# Koolance EXC-800: Neuer Kompakt-Durchlaufkühler verfügbar



## PCGH-Redaktion (18. Juli 2013)

*Koolance EXC-800: Neuer Kompakt-Durchlaufkühler verfügbar*

Jetzt ist Ihre Meinung gefragt zu *Koolance EXC-800: Neuer Kompakt-Durchlaufkühler verfügbar*

					Der Kühler-Hersteller Koolance hat mit dem EXC-800 einen neuen Komptakt-Durchlaufkühler veröffentlicht. Dieser ist allerdings nicht für den deutschen Haushalt geeignet, da er eine Wechselspannung von 120 Volt bei 60 Hertz voraussetzt. Kosten soll das 800-Watt-Gerät unter 1.400 US-Dollar.

					[size=-2]Bitte beachten Sie: Der Kommentarbereich wird gemäß der Forenregeln moderiert. Allgemeine Fragen und Kritik zu Online-Artikeln von PC Games Hardware sind im Feedback-Unterforum zu veröffentlichen und NICHT im Kommentarthread zu einer News. Dort werden sie ohne Nachfragen entfernt. Sollten Sie Fehler in einer News finden, schicken Sie diese bitte an online@pcgameshardware.de mit einem aussagekräftigen Betreff.[/size]

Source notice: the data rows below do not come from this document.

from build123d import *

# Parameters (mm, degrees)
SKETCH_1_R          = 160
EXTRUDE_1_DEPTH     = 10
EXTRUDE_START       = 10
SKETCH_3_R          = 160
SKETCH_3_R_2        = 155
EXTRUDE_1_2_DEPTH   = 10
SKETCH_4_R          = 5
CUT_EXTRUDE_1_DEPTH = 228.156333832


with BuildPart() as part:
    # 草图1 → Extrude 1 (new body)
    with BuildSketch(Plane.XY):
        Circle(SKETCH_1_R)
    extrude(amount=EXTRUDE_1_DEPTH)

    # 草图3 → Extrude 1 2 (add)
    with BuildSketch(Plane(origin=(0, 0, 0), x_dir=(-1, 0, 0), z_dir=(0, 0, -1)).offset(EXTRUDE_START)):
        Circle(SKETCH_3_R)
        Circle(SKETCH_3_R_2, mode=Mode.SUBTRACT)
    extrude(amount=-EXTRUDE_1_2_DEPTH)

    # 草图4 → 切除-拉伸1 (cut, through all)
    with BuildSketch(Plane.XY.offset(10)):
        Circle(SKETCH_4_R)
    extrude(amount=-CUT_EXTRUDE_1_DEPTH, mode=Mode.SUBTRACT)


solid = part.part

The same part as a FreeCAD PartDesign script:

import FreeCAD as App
import Part
import Sketcher

doc = App.newDocument("Part")
params = doc.addObject("Spreadsheet::Sheet", "Params")
for row, (alias, value) in enumerate([
    ("sketch1_diameter", "320 mm"),
    ("pad1_length", "10 mm"),
    ("sketch2_diameter", "320 mm"),
    ("sketch2_diameter2", "310 mm"),
    ("pad2_length", "10 mm"),
    ("sketch3_diameter", "10 mm"),
], start=1):
    params.set(f"A{row}", alias)
    params.set(f"B{row}", "=" + value)
    params.setAlias(f"B{row}", alias)

body = doc.addObject("PartDesign::Body", "Body")

sketch1 = doc.addObject("Sketcher::SketchObject", "Sketch")
body.addObject(sketch1)
sketch1.AttachmentSupport = (doc.XY_Plane, [""])
sketch1.MapMode = "FlatFace"
sketch1.addGeometry(Part.Circle(App.Vector(0, 0, 0), App.Vector(0, 0, 1), 160), False)
sketch1.addConstraint([
    Sketcher.Constraint("Coincident", 0, 3, -1, 1),
    Sketcher.Constraint("Diameter", 0, 320.0),
])
sketch1.setExpression("Constraints[1]", "Params.sketch1_diameter")
pad1 = doc.addObject("PartDesign::Pad", "Pad")
body.addObject(pad1)
pad1.Profile = sketch1
pad1.setExpression("Length", "Params.pad1_length")

sketch2 = doc.addObject("Sketcher::SketchObject", "Sketch001")
body.addObject(sketch2)
sketch2.AttachmentSupport = (doc.XY_Plane, [""])
sketch2.MapMode = "FlatFace"
sketch2.AttachmentOffset = App.Placement(App.Vector(0, 0, -10), App.Rotation())
sketch2.addGeometry([
    Part.Circle(App.Vector(0, 0, 0), App.Vector(0, 0, 1), 160),
    Part.Circle(App.Vector(0, 0, 0), App.Vector(0, 0, 1), 155),
], False)
sketch2.addConstraint([
    Sketcher.Constraint("Coincident", 0, 3, -1, 1),
    Sketcher.Constraint("Coincident", 1, 3, -1, 1),
    Sketcher.Constraint("Diameter", 0, 320.0),
    Sketcher.Constraint("Diameter", 1, 310.0),
])
sketch2.setExpression("Constraints[2]", "Params.sketch2_diameter")
sketch2.setExpression("Constraints[3]", "Params.sketch2_diameter2")
pad2 = doc.addObject("PartDesign::Pad", "Pad001")
body.addObject(pad2)
pad2.Profile = sketch2
pad2.setExpression("Length", "Params.pad2_length")

sketch3 = doc.addObject("Sketcher::SketchObject", "Sketch002")
body.addObject(sketch3)
sketch3.AttachmentSupport = (doc.XY_Plane, [""])
sketch3.MapMode = "FlatFace"
sketch3.AttachmentOffset = App.Placement(App.Vector(0, 0, 10), App.Rotation())
sketch3.addGeometry(Part.Circle(App.Vector(0, 0, 0), App.Vector(0, 0, 1), 5), False)
sketch3.addConstraint([
    Sketcher.Constraint("Coincident", 0, 3, -1, 1),
    Sketcher.Constraint("Diameter", 0, 10.0),
])
sketch3.setExpression("Constraints[1]", "Params.sketch3_diameter")
pocket1 = doc.addObject("PartDesign::Pocket", "Pocket")
body.addObject(pocket1)
pocket1.Profile = sketch3
pocket1.Type = "ThroughAll"

doc.recompute()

			Dieser Inhalt steht nur eingeloggten Mitgliedern zur Verfügung.
        

 Zurück zum Artikel: *Koolance EXC-800: Neuer Kompakt-Durchlaufkühler verfügbar*


----------



## Skysnake (18. Juli 2013)

*AW: Koolance EXC-800: Neuer Kompakt-Durchlaufkühler verfügbar*

Irgenwie raff ich den Artikel gerade nicht 

Wat soll das sein?

Ein Kompressorkühler oder eine Gegenflusskühlung?

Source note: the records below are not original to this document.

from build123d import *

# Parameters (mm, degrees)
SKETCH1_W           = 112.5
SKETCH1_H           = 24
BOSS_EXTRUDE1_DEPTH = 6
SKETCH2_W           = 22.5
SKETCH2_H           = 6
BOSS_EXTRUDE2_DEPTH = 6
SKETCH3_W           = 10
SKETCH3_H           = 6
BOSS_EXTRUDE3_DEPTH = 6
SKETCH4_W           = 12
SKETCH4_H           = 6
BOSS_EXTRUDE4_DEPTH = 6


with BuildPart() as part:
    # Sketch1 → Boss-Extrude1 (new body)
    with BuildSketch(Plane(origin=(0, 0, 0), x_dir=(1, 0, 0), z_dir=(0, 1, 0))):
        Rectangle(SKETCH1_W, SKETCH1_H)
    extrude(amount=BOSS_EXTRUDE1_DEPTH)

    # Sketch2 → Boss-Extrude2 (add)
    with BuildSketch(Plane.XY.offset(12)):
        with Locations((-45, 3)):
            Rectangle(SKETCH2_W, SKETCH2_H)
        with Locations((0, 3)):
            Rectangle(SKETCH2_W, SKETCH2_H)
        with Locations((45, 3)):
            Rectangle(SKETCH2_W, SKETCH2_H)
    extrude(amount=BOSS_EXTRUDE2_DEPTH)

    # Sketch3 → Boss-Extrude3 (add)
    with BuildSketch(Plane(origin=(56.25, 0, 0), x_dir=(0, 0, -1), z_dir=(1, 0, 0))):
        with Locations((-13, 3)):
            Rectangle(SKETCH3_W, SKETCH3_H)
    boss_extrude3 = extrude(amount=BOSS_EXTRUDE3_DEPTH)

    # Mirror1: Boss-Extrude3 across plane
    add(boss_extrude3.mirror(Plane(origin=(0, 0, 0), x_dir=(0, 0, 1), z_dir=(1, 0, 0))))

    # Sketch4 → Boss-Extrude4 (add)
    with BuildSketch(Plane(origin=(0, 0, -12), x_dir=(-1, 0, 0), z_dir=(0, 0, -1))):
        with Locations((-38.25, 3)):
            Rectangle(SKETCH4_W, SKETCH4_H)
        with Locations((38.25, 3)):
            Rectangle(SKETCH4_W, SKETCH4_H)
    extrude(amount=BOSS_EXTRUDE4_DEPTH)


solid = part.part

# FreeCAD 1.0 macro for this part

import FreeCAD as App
import Part
import Sketcher

V = App.Vector
Q = App.Units.Quantity


def add_polygon(sketch, points):
    """Adds a closed chain of lines whose ends are joined by coincident constraints."""
    first, n = sketch.GeometryCount, len(points)
    for a, b in zip(points, points[1:] + points[:1]):
        sketch.addGeometry(Part.LineSegment(App.Vector(*a, 0), App.Vector(*b, 0)), False)
    for i in range(n):
        sketch.addConstraint(Sketcher.Constraint("Coincident", first + i, 2, first + (i + 1) % n, 1))

doc = App.newDocument("Part")
body = doc.addObject("PartDesign::Body", "Body")

sketch1 = doc.addObject("Sketcher::SketchObject", "Sketch")
body.addObject(sketch1)
sketch1.AttachmentSupport = (doc.XZ_Plane, [""])
sketch1.MapMode = "FlatFace"
add_polygon(sketch1, [(-56, -12), (-56, 12), (56, 12), (56, -12)])
sketch1.addConstraint([
    Sketcher.Constraint("Vertical", 0),
    Sketcher.Constraint("Horizontal", 1),
    Sketcher.Constraint("Vertical", 2),
    Sketcher.Constraint("Horizontal", 3),
    Sketcher.Constraint("Symmetric", 0, 2, 2, 2, -1, 1),
    Sketcher.Constraint("DistanceY", 0, 1, 0, 2, Q("24 mm")),
    Sketcher.Constraint("DistanceX", 1, 1, 1, 2, Q("112.5 mm")),
])
pad1 = doc.addObject("PartDesign::Pad", "Pad")
body.addObject(pad1)
pad1.Profile = sketch1
pad1.Length = 6
pad1.Reversed = True

sketch2 = doc.addObject("Sketcher::SketchObject", "Sketch001")
body.addObject(sketch2)
sketch2.AttachmentSupport = (doc.XY_Plane, [""])
sketch2.MapMode = "FlatFace"
sketch2.AttachmentOffset = App.Placement(V(0, 0, 12), App.Rotation())
add_polygon(sketch2, [(-56, 6), (-56, 0), (-34, 0), (-34, 6)])
add_polygon(sketch2, [(-11, 6), (-11, 0), (11, 0), (11, 6)])
add_polygon(sketch2, [(34, 6), (34, 0), (56, 0), (56, 6)])
sketch2.addConstraint([
    Sketcher.Constraint("Vertical", 0),
    Sketcher.Constraint("Horizontal", 1),
    Sketcher.Constraint("Vertical", 2),
    Sketcher.Constraint("Horizontal", 3),
    Sketcher.Constraint("Vertical", 4),
    Sketcher.Constraint("Horizontal", 5),
    Sketcher.Constraint("Vertical", 6),
    Sketcher.Constraint("Horizontal", 7),
    Sketcher.Constraint("Vertical", 8),
    Sketcher.Constraint("Horizontal", 9),
    Sketcher.Constraint("Vertical", 10),
    Sketcher.Constraint("Horizontal", 11),
    Sketcher.Constraint("Symmetric", 4, 2, 5, 2, -1, 1),
    Sketcher.Constraint("Symmetric", 1, 2, 8, 2, -1, 1),
    Sketcher.Constraint("Symmetric", 0, 2, 9, 2, -2),
    Sketcher.Constraint("Horizontal", 3, 2, 6, 2),
    Sketcher.Constraint("Horizontal", 7, 2, 10, 2),
    Sketcher.Constraint("Equal", 3, 5),
    Sketcher.Constraint("DistanceY", 0, 2, 0, 1, Q("6 mm")),
    Sketcher.Constraint("DistanceX", 1, 1, 1, 2, Q("22.5 mm")),
    Sketcher.Constraint("DistanceX", 0, 2, 4, 2, Q("45 mm")),
])
pad2 = doc.addObject("PartDesign::Pad", "Pad001")
body.addObject(pad2)
pad2.Profile = sketch2
pad2.Length = 6

sketch3 = doc.addObject("Sketcher::SketchObject", "Sketch002")
body.addObject(sketch3)
sketch3.AttachmentSupport = (doc.YZ_Plane, [""])
sketch3.MapMode = "FlatFace"
sketch3.AttachmentOffset = App.Placement(V(0, 0, 56.25), App.Rotation())
add_polygon(sketch3, [(6, 18), (0, 18), (0, 8), (6, 8)])
sketch3.addConstraint([
    Sketcher.Constraint("Horizontal", 0),
    Sketcher.Constraint("Vertical", 1),
    Sketcher.Constraint("Horizontal", 2),
    Sketcher.Constraint("Vertical", 3),
    Sketcher.Constraint("PointOnObject", 0, 2, -2),
    Sketcher.Constraint("DistanceX", 0, 2, 0, 1, Q("6 mm")),
    Sketcher.Constraint("DistanceY", 1, 2, 1, 1, Q("10 mm")),
    Sketcher.Constraint("DistanceY", -1, 1, 0, 2, Q("18 mm")),
])
pad3 = doc.addObject("PartDesign::Pad", "Pad002")
body.addObject(pad3)
pad3.Profile = sketch3
pad3.Length = 6
doc.recompute()

mirrored = doc.addObject("PartDesign::Mirrored", "Mirrored")
body.addObject(mirrored)
mirrored.Originals = [pad3]
mirrored.MirrorPlane = (doc.YZ_Plane, [""])
body.Tip = mirrored

sketch4 = doc.addObject("Sketcher::SketchObject", "Sketch003")
body.addObject(sketch4)
sketch4.AttachmentSupport = (doc.XY_Plane, [""])
sketch4.MapMode = "FlatFace"
sketch4.AttachmentOffset = App.Placement(V(0, 0, -12), App.Rotation())
add_polygon(sketch4, [(44, 6), (44, 0), (32, 0), (32, 6)])
add_polygon(sketch4, [(-32, 6), (-32, 0), (-44, 0), (-44, 6)])
sketch4.addConstraint([
    Sketcher.Constraint("Vertical", 0),
    Sketcher.Constraint("Horizontal", 1),
    Sketcher.Constraint("Vertical", 2),
    Sketcher.Constraint("Horizontal", 3),
    Sketcher.Constraint("Vertical", 4),
    Sketcher.Constraint("Horizontal", 5),
    Sketcher.Constraint("Vertical", 6),
    Sketcher.Constraint("Horizontal", 7),
    Sketcher.Constraint("Symmetric", 1, 2, 4, 2, -1, 1),
    Sketcher.Constraint("Symmetric", 0, 2, 5, 2, -2),
    Sketcher.Constraint("Horizontal", 3, 2, 6, 2),
    Sketcher.Constraint("DistanceX", 1, 2, 1, 1, Q("12 mm")),
    Sketcher.Constraint("DistanceY", 0, 2, 0, 1, Q("6 mm")),
    Sketcher.Constraint("DistanceX", 4, 2, 1, 2, Q("64.5 mm")),
])
pad4 = doc.addObject("PartDesign::Pad", "Pad003")
body.addObject(pad4)
pad4.Profile = sketch4
pad4.Length = 6
pad4.Reversed = True

doc.recompute()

Wenn man sich die 800W mal so anschaut, dann wohl eine ziemlich heftige Kompressorkühlung.


----------



## Ryle (18. Juli 2013)

*AW: Koolance EXC-800: Neuer Kompakt-Durchlaufkühler verfügbar*

Kompakt ist gut...

edit:
Auf dem Bild sieht man zwar etwas das ein Kompressor sein könnte, aber im Text steht dazu irgendwie nix. Nun steig ich da auch nicht mehr durch.
Ok nach der Manual wird es wohl ein Chiller sein, anders kommt das Teil wohl kaum auf 450-650W Verbrauch und sonst wären auch keine Wassertemperaturen unter Ambient möglich.


----------



## Freakezoit (18. Juli 2013)

*AW: Koolance EXC-800: Neuer Kompakt-Durchlaufkühler verfügbar*

Vermutlich nen Rollkolben kompressor (wird wohl aber nen mini sein) . Deswegen auch der verbrauch.
Der ist deutlich auf bild nr. 4 zu erkennen. Aber mit R134a XD viel wird der nicht bringen. Bei dem was man an wicklungen erkennen kann ist der zumindest nicht ganz optimal. Das zeigt auch der einsatz bereich 0 - 40°C wassertemperatur.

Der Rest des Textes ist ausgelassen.